### [Directions for this task]
Among the lines of the records below, copy those that hold the word "across".

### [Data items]
* * *

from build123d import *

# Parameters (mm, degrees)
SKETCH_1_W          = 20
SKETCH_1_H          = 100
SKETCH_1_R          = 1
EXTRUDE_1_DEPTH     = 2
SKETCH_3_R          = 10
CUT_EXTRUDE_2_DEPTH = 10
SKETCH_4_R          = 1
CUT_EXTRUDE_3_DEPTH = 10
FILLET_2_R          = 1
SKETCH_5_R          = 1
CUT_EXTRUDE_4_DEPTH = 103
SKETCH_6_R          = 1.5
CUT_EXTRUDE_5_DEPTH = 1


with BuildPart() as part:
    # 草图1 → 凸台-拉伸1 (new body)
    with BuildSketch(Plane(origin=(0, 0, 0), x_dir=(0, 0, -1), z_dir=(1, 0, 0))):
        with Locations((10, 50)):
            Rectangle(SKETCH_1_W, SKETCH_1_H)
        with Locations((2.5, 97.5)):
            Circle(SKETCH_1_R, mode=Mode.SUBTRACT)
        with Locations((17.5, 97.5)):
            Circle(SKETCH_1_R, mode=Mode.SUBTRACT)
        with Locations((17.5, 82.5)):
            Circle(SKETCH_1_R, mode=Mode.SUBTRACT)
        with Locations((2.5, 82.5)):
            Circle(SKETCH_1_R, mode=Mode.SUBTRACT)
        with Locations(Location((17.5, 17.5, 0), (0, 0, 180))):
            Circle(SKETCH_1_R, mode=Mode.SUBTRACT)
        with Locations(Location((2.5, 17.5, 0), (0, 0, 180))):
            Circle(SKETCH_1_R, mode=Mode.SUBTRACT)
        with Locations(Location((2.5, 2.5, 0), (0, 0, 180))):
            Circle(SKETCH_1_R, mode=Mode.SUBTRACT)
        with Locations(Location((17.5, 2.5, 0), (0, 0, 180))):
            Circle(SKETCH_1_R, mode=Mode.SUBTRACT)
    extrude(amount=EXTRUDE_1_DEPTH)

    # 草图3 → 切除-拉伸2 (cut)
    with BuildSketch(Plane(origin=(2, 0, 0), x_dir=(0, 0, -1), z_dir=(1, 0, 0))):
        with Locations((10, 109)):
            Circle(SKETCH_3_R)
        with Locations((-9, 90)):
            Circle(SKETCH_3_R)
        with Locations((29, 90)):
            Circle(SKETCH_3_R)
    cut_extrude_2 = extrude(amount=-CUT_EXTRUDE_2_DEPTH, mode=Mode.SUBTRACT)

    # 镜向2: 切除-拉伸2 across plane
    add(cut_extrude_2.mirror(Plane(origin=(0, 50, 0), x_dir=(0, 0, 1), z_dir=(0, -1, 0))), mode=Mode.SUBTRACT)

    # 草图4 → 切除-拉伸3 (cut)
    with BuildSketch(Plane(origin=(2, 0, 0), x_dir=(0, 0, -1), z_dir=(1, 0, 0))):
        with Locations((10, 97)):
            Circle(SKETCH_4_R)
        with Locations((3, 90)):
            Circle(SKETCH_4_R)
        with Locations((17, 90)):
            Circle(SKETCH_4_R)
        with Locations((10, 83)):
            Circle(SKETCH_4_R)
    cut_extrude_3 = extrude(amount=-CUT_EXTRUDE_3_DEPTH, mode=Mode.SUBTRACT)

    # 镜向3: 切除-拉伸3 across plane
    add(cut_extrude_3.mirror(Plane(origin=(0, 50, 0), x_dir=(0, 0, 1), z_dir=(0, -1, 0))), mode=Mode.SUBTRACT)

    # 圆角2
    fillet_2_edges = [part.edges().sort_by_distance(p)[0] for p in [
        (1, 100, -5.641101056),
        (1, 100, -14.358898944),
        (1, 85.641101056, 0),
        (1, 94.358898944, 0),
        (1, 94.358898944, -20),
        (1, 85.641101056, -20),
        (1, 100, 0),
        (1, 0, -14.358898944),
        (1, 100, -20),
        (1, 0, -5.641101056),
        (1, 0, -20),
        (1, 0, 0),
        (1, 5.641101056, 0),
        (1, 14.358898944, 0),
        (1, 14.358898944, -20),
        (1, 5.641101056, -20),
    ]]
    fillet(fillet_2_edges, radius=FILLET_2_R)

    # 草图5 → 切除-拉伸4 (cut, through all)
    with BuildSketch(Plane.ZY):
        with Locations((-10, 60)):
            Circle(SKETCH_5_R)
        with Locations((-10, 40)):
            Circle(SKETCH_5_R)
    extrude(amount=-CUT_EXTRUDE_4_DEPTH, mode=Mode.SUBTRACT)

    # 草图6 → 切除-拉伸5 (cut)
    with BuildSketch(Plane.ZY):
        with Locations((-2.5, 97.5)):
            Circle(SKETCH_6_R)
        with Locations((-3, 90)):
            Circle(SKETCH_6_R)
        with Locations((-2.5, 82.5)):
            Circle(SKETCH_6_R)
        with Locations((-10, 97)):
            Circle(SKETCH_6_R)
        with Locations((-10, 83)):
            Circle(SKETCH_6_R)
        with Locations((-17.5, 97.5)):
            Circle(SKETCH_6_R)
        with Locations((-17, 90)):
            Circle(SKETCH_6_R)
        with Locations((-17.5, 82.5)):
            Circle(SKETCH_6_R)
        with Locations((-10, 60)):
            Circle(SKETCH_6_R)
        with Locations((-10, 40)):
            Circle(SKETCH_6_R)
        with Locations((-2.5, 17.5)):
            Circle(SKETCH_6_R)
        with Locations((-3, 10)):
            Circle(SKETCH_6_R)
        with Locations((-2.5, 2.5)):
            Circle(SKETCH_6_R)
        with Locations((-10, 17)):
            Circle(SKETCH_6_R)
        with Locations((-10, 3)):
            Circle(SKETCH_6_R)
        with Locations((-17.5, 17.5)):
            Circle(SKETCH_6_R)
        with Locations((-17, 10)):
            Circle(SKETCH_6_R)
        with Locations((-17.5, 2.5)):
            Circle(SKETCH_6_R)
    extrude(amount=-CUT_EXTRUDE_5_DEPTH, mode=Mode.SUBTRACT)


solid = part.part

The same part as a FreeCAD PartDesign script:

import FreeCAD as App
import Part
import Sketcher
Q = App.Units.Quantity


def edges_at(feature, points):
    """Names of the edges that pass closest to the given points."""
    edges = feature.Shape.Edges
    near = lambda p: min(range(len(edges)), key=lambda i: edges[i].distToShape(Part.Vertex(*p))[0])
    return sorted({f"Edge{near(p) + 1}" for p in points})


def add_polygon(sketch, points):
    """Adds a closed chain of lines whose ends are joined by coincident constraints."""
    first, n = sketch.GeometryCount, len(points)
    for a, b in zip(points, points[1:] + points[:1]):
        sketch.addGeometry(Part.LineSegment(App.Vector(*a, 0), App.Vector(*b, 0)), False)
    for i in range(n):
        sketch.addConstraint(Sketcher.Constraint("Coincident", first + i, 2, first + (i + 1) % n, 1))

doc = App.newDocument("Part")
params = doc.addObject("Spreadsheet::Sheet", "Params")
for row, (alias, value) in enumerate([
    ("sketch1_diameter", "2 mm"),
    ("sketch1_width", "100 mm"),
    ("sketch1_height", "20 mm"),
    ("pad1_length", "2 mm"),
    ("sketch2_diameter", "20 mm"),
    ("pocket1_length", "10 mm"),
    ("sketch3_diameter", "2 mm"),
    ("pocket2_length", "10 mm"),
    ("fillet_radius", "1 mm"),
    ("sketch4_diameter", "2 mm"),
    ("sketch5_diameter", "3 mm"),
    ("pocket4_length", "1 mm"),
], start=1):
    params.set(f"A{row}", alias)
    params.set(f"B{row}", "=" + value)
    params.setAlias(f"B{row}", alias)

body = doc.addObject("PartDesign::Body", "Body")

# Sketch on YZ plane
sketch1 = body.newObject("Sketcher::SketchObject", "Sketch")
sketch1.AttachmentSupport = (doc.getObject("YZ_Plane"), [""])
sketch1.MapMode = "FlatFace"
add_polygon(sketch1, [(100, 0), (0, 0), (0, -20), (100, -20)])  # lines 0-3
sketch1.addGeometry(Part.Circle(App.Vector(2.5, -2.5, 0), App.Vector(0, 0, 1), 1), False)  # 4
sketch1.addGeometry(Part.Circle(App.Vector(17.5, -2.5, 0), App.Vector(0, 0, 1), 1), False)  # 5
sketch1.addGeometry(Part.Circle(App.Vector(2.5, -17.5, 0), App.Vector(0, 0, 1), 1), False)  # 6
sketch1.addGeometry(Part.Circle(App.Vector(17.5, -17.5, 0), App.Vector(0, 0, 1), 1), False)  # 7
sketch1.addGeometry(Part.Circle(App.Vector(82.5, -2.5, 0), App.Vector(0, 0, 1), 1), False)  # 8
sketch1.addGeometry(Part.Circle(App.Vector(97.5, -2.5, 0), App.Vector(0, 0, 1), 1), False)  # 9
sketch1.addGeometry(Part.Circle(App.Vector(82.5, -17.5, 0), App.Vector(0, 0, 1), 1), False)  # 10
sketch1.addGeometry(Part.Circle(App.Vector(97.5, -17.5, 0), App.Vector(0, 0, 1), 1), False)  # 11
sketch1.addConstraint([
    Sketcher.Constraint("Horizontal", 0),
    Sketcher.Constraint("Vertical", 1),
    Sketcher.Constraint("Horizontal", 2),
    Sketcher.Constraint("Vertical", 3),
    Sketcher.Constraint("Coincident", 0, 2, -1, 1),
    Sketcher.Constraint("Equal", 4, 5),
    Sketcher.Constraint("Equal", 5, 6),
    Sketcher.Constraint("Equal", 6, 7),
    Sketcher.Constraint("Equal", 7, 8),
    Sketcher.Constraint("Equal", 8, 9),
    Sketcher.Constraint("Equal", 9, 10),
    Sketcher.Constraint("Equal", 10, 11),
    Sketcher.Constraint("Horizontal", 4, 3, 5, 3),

* * *

### [Written answer]
    # 镜向2: 切除-拉伸2 across plane
    # 镜向3: 切除-拉伸3 across plane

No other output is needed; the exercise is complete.